ABC Poll: ACA Rollout Hammers Obama; Job Disapproval Reaches Career High 70% Say Country Is On The Wrong Track
Other ratings of the president’s performance have tumbled as well. He’s at career lows for being a strong leader, understanding the problems of average Americans and being honest and trustworthy – numerically under water on each of these (a first for the latter two). His rating for strong leadership is down by 15 points this year and a vast 31 points below its peak shortly after he took office. In a new gauge, just 41 percent rate him as a good manager; 56 percent think not.
This poll, produced for ABC by Langer Research Associates, finds that the president’s personal image has suffered alongside his professional ratings. Fewer than half, 46 percent, see him favorably overall, down 14 points this year to the fewest of his presidency. Fifty-two percent now view him unfavorably, a new high and a majority for the first time since he took office.
ACA – Skepticism about the Affordable Care Act looks to be the driving force in Obama’s troubles. Americans by nearly 2-1, 63-33 percent, disapprove of his handling of implementation of the new health care law. And the public by 57-40 percent now opposes the law overall, its most negative rating to date, with opposition up by 8 points in the past month alone.

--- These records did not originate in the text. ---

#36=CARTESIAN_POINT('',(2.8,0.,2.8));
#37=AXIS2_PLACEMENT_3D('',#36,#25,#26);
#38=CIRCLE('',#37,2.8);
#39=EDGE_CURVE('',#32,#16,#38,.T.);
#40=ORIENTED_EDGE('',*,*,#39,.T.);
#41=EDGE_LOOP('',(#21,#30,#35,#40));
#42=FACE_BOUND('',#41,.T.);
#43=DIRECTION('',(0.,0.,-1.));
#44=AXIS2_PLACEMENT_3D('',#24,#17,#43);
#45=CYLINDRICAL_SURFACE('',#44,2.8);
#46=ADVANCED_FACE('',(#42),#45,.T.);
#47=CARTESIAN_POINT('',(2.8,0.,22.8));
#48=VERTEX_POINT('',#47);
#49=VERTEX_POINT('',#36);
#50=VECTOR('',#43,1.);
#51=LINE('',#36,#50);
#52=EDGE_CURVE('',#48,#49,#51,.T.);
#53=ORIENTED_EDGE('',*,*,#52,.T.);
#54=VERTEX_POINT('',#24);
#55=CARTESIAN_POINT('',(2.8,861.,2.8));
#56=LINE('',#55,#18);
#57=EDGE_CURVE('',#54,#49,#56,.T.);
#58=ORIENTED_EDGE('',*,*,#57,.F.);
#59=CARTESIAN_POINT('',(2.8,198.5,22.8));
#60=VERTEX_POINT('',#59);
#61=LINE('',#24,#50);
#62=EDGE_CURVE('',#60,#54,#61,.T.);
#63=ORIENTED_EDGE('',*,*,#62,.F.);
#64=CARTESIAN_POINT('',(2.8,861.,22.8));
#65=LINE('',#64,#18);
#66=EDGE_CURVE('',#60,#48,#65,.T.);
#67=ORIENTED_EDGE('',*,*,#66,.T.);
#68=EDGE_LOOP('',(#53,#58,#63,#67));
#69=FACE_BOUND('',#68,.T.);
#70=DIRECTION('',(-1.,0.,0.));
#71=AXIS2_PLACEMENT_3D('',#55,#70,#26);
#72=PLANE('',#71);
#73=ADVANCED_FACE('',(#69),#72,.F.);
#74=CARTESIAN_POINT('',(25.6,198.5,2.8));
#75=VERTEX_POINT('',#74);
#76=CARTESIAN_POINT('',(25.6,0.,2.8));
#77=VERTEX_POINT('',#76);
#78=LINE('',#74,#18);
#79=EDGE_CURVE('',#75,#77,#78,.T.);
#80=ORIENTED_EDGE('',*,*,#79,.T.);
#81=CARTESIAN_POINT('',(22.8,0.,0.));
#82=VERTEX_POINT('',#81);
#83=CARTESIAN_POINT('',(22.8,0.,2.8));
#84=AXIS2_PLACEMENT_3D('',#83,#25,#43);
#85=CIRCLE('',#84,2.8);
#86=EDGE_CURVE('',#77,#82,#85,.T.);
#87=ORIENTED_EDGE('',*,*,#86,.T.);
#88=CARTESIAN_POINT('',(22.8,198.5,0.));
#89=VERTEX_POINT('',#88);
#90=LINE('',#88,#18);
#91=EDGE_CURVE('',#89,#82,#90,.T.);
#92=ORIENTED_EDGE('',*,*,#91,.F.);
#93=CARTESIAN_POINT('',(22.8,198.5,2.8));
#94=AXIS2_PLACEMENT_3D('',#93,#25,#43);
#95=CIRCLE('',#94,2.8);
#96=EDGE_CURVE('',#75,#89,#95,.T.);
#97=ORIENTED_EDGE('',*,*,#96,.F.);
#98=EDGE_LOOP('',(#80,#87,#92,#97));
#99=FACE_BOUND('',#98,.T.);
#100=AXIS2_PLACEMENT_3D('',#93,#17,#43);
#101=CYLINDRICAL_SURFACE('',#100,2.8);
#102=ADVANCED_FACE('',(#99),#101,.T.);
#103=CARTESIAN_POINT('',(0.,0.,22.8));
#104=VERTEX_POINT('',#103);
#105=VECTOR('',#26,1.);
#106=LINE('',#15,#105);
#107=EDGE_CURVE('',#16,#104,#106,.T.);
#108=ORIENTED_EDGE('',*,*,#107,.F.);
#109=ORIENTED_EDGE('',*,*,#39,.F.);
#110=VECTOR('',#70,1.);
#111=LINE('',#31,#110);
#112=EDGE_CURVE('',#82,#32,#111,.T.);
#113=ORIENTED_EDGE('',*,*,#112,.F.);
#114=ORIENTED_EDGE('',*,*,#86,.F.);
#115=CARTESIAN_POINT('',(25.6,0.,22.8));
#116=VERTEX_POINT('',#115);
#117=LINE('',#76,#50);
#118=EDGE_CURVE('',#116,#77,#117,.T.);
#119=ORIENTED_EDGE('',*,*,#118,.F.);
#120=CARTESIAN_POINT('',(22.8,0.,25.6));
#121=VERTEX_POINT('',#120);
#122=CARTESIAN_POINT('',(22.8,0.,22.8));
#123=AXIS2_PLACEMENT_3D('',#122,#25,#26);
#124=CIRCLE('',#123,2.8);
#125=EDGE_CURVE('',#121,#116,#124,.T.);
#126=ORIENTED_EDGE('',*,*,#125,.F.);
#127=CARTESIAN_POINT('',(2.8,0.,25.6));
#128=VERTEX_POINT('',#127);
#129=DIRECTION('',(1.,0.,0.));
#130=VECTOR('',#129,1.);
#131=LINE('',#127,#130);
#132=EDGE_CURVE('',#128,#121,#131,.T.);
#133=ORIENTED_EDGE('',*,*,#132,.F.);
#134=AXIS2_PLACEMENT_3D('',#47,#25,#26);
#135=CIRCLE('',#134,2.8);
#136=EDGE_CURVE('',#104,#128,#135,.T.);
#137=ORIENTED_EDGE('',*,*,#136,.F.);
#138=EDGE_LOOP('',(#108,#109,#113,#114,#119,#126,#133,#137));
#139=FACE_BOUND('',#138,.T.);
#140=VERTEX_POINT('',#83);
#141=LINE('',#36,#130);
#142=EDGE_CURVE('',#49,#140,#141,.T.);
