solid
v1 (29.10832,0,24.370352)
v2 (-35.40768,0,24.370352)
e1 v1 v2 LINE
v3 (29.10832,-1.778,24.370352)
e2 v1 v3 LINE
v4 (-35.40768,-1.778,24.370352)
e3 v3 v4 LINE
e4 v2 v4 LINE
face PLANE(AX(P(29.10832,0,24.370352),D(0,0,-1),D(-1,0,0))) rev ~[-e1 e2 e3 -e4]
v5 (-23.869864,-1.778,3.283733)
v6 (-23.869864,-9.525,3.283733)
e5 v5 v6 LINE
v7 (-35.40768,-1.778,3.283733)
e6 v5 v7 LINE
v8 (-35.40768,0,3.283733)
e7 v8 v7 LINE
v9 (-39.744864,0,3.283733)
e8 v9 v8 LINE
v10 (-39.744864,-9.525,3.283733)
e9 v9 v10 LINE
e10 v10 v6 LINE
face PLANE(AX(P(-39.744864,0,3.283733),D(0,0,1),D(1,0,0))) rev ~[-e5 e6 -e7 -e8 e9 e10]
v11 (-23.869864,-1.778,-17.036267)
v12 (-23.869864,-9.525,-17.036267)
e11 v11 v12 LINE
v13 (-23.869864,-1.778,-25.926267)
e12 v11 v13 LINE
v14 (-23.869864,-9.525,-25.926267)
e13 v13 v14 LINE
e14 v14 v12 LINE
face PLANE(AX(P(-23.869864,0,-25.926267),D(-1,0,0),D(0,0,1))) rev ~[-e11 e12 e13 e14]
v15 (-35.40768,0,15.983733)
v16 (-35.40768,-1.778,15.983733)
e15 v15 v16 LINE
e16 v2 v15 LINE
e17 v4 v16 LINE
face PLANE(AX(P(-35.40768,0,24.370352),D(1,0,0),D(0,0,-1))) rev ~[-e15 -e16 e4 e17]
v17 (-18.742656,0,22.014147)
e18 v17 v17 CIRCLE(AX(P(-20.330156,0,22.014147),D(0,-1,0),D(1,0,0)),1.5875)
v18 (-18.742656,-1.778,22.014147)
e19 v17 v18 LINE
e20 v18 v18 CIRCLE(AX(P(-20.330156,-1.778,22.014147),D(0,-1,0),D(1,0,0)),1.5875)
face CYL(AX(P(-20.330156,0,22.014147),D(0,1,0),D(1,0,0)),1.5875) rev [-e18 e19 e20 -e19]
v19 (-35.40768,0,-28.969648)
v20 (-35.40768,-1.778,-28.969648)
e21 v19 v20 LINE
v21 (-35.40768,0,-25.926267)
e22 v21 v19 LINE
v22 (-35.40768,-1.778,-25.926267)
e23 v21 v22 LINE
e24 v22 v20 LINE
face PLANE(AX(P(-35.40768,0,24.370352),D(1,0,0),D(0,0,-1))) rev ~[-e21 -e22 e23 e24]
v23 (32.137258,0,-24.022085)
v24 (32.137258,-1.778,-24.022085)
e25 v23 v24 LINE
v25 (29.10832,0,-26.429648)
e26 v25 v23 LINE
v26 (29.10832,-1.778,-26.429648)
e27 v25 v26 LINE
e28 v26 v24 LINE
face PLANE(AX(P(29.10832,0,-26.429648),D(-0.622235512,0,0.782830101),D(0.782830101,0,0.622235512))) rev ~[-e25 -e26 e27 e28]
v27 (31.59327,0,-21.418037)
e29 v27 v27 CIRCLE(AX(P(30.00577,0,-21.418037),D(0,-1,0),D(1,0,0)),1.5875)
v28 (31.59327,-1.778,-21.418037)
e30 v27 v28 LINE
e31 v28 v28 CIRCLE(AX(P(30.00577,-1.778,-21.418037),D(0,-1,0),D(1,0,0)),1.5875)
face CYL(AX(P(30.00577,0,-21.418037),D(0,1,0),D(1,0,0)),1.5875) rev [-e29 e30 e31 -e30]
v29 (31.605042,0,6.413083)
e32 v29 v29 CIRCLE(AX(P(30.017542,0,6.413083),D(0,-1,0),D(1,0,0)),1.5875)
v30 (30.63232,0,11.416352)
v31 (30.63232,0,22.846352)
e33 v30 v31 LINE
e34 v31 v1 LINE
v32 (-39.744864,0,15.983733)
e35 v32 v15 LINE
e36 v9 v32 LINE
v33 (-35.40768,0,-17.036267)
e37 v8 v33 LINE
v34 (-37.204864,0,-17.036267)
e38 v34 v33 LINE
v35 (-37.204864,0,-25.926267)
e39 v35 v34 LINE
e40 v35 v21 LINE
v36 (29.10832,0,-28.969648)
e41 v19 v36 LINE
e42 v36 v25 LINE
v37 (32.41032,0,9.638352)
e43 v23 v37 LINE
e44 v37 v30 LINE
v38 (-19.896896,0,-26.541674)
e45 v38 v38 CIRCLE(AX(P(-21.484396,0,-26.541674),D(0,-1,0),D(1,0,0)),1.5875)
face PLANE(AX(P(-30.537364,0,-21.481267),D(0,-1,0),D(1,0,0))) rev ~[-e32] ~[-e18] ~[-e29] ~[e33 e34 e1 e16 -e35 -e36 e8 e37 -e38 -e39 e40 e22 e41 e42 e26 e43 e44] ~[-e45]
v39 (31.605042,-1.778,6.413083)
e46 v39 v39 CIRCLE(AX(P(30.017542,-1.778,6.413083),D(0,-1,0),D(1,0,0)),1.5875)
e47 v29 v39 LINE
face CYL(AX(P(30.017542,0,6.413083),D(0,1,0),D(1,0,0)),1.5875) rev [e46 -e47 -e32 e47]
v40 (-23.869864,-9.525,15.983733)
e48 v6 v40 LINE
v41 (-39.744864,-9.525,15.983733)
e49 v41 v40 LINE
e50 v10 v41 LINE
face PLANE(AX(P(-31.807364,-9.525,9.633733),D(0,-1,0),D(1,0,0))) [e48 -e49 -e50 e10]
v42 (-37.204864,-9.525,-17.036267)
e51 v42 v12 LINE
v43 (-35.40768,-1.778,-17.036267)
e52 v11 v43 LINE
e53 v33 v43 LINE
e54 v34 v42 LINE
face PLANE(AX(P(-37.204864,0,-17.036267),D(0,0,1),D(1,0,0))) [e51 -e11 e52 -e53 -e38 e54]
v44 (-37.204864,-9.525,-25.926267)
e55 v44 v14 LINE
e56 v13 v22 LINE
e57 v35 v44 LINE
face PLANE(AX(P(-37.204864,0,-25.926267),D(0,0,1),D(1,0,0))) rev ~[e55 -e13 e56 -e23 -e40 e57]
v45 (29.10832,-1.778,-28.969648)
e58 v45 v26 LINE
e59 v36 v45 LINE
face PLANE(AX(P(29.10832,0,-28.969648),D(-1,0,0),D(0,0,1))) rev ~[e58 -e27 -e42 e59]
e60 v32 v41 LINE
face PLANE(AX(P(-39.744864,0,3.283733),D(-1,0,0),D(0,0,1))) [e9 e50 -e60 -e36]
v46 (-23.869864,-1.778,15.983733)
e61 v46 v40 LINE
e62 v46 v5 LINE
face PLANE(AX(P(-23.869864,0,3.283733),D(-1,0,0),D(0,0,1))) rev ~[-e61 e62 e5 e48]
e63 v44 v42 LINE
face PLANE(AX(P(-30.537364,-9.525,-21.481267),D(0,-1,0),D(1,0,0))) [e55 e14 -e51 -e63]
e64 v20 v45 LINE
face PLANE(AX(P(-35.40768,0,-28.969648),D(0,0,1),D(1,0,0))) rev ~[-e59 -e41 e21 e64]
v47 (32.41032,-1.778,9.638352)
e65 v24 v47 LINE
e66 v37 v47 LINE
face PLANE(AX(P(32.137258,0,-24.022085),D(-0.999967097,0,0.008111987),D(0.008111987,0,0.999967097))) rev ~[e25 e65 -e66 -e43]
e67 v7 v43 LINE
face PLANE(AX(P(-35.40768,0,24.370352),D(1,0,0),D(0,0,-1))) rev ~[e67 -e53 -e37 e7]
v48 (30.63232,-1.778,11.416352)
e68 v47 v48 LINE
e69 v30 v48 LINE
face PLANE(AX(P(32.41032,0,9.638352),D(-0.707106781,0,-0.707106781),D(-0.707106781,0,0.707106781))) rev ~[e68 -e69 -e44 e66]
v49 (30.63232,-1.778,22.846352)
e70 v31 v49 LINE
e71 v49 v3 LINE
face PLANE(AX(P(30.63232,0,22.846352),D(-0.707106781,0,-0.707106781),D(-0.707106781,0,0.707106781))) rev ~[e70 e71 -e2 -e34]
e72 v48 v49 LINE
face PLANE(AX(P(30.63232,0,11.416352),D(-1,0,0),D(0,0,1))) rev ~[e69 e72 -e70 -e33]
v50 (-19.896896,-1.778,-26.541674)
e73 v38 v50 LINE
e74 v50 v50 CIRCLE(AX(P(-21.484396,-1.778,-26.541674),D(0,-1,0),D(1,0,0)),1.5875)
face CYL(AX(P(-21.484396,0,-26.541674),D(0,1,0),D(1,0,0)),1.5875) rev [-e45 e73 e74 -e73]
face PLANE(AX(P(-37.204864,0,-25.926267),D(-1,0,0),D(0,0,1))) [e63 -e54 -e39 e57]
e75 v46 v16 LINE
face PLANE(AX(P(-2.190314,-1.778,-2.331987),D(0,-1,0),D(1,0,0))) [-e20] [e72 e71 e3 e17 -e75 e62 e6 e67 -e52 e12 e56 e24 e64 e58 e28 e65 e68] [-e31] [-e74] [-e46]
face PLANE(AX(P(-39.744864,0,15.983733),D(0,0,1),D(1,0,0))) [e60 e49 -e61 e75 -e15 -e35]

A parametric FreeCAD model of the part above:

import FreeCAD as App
import Part
import Sketcher
Q = App.Units.Quantity

doc = App.newDocument("Part")
params = doc.addObject("Spreadsheet::Sheet", "Params")
for row, (alias, value) in enumerate([
    ("sketch1_height", "2.1 in"),
    ("sketch1_height2", "0.1 in"),
    ("sketch1_width", "2.54 in"),
    ("sketch1_height3", "0.45 in"),
    ("pad1_length", "0.07 in"),
    ("sketch2_height", "0.5 in"),
    ("sketch2_height2", "0.35 in"),
    ("sketch2_width", "0.525 in"),
    ("pad2_length", "0.375 in"),
    ("sketch3_diameter", "0.125 in"),
    ("pocket1_length", "0.07 in"),
], start=1):
    params.set(f"A{row}", alias)
    params.set(f"B{row}", "=" + value)
    params.setAlias(f"B{row}", alias)

body = doc.addObject("PartDesign::Body", "Body")

# Sketch on XZ plane
sketch1 = doc.addObject("Sketcher::SketchObject", "Sketch")
body.addObject(sketch1)
sketch1.AttachmentSupport = (doc.XZ_Plane, [""])
sketch1.MapMode = "FlatFace"
sketch1.addGeometry([
    Part.LineSegment(App.Vector(29.10832, 24.370352, 0), App.Vector(-35.40768, 24.370352, 0)),  # 0
    Part.LineSegment(App.Vector(-35.40768, 24.370352, 0), App.Vector(-35.40768, -28.969648, 0)),  # 1
    Part.LineSegment(App.Vector(-35.40768, -28.969648, 0), App.Vector(29.10832, -28.969648, 0)),  # 2
    Part.LineSegment(App.Vector(29.10832, -28.969648, 0), App.Vector(29.10832, -26.429648, 0)),  # 3
    Part.LineSegment(App.Vector(29.10832, -26.429648, 0), App.Vector(32.137258, -24.022085, 0)),  # 4
    Part.LineSegment(App.Vector(32.137258, -24.022085, 0), App.Vector(32.41032, 9.638352, 0)),  # 5
    Part.LineSegment(App.Vector(32.41032, 9.638352, 0), App.Vector(30.63232, 11.416352, 0)),  # 6
    Part.LineSegment(App.Vector(30.63232, 11.416352, 0), App.Vector(30.63232, 22.846352, 0)),  # 7
    Part.LineSegment(App.Vector(30.63232, 22.846352, 0), App.Vector(29.10832, 24.370352, 0)),  # 8
], False)
sketch1.addConstraint([
    Sketcher.Constraint("Coincident", 0, 2, 1, 1),
    Sketcher.Constraint("Coincident", 1, 2, 2, 1),
    Sketcher.Constraint("Coincident", 2, 2, 3, 1),
    Sketcher.Constraint("Coincident", 3, 2, 4, 1),
    Sketcher.Constraint("Coincident", 4, 2, 5, 1),
    Sketcher.Constraint("Coincident", 5, 2, 6, 1),
    Sketcher.Constraint("Coincident", 6, 2, 7, 1),
    Sketcher.Constraint("Coincident", 7, 2, 8, 1),
    Sketcher.Constraint("Coincident", 8, 2, 0, 1),
    Sketcher.Constraint("Horizontal", 0),
    Sketcher.Constraint("Vertical", 1),
    Sketcher.Constraint("Horizontal", 2),
    Sketcher.Constraint("Vertical", 3),
    Sketcher.Constraint("Vertical", 7),
    Sketcher.Constraint("Parallel", 6, 8),
    Sketcher.Constraint("Vertical", 3, 2, 8, 2),
    Sketcher.Constraint("DistanceY", 1, 2, 1, 1, Q("2.1 in")),
    Sketcher.Constraint("DistanceY", 3, 1, 3, 2, Q("0.1 in")),
    Sketcher.Constraint("Angle", 6, Q("135 deg")),
    Sketcher.Constraint("DistanceX", 0, 2, 0, 1, Q("2.54 in")),
    Sketcher.Constraint("DistanceY", 7, 1, 7, 2, Q("0.45 in")),
    Sketcher.Constraint("DistanceX", 0, 2, 6, 2, Q("2.6 in")),
    Sketcher.Constraint("DistanceX", 3, 2, 5, 2, Q("0.13 in")),
    Sketcher.Constraint("DistanceX", 0, 2, -1, 1, Q("35.40768 mm")),
    Sketcher.Constraint("DistanceY", 3, 2, -1, 1, Q("26.429648 mm")),
    Sketcher.Constraint("DistanceX", -1, 1, 4, 2, Q("32.137258 mm")),
    Sketcher.Constraint("Distance", 4, Q("3.869215 mm")),
])
sketch1.setExpression("Constraints[16]", "Params.sketch1_height")
sketch1.setExpression("Constraints[17]", "Params.sketch1_height2")
sketch1.setExpression("Constraints[19]", "Params.sketch1_width")
sketch1.setExpression("Constraints[20]", "Params.sketch1_height3")
pad1 = doc.addObject("PartDesign::Pad", "Pad")
body.addObject(pad1)
pad1.Profile = sketch1
pad1.setExpression("Length", "Params.pad1_length")

# Sketch on XZ plane
sketch2 = doc.addObject("Sketcher::SketchObject", "Sketch001")
body.addObject(sketch2)
sketch2.AttachmentSupport = (doc.XZ_Plane, [""])
sketch2.MapMode = "FlatFace"
sketch2.addGeometry([
    Part.LineSegment(App.Vector(-37.204864, -17.036267, 0), App.Vector(-37.204864, -25.926267, 0)),  # 0
    Part.LineSegment(App.Vector(-37.204864, -25.926267, 0), App.Vector(-23.869864, -25.926267, 0)),  # 1
    Part.LineSegment(App.Vector(-23.869864, -25.926267, 0), App.Vector(-23.869864, -17.036267, 0)),  # 2
    Part.LineSegment(App.Vector(-23.869864, -17.036267, 0), App.Vector(-37.204864, -17.036267, 0)),  # 3
    Part.LineSegment(App.Vector(-39.744864, 15.983733, 0), App.Vector(-39.744864, 3.283733, 0)),  # 4
    Part.LineSegment(App.Vector(-39.744864, 3.283733, 0), App.Vector(-23.869864, 3.283733, 0)),  # 5
    Part.LineSegment(App.Vector(-23.869864, 3.283733, 0), App.Vector(-23.869864, 15.983733, 0)),  # 6
    Part.LineSegment(App.Vector(-23.869864, 15.983733, 0), App.Vector(-39.744864, 15.983733, 0)),  # 7
], False)
sketch2.addConstraint([
    Sketcher.Constraint("Coincident", 0, 2, 1, 1),
    Sketcher.Constraint("Coincident", 1, 2, 2, 1),
    Sketcher.Constraint("Coincident", 2, 2, 3, 1),
    Sketcher.Constraint("Coincident", 3, 2, 0, 1),
    Sketcher.Constraint("Coincident", 4, 2, 5, 1),
    Sketcher.Constraint("Coincident", 5, 2, 6, 1),
    Sketcher.Constraint("Coincident", 6, 2, 7, 1),
    Sketcher.Constraint("Coincident", 7, 2, 4, 1),
    Sketcher.Constraint("Vertical", 0),
    Sketcher.Constraint("Horizontal", 1),
    Sketcher.Constraint("Vertical", 2),
    Sketcher.Constraint("Horizontal", 3),
    Sketcher.Constraint("Vertical", 4),
    Sketcher.Constraint("Horizontal", 5),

Intensity of sentiment is running against the law and the president alike. At 46 percent, “strong” opposition to the ACA – a new high – outpaces strong support by a record 19 points. In terms of Obama’s job performance overall, strong critics outnumber strong approvers by 2-1, 44-22 percent, with strong disapproval at another career high. He’d run evenly on strong sentiment as recently as last May.
Fifty-six percent describe the cancellation of health insurance policies that are deemed substandard under the law as “mismanagement” rather than a normal startup problem. Given the breakdown of the healthcare.gov website, a broad 71 percent favor postponing the individual mandate requiring nearly all Americans to have coverage.
And the mandate’s still widely unpopular in any case; 65 percent of Americans oppose it – a majority of them, strongly. Notably, even among those who support the individual mandate. 55 percent favor delaying it.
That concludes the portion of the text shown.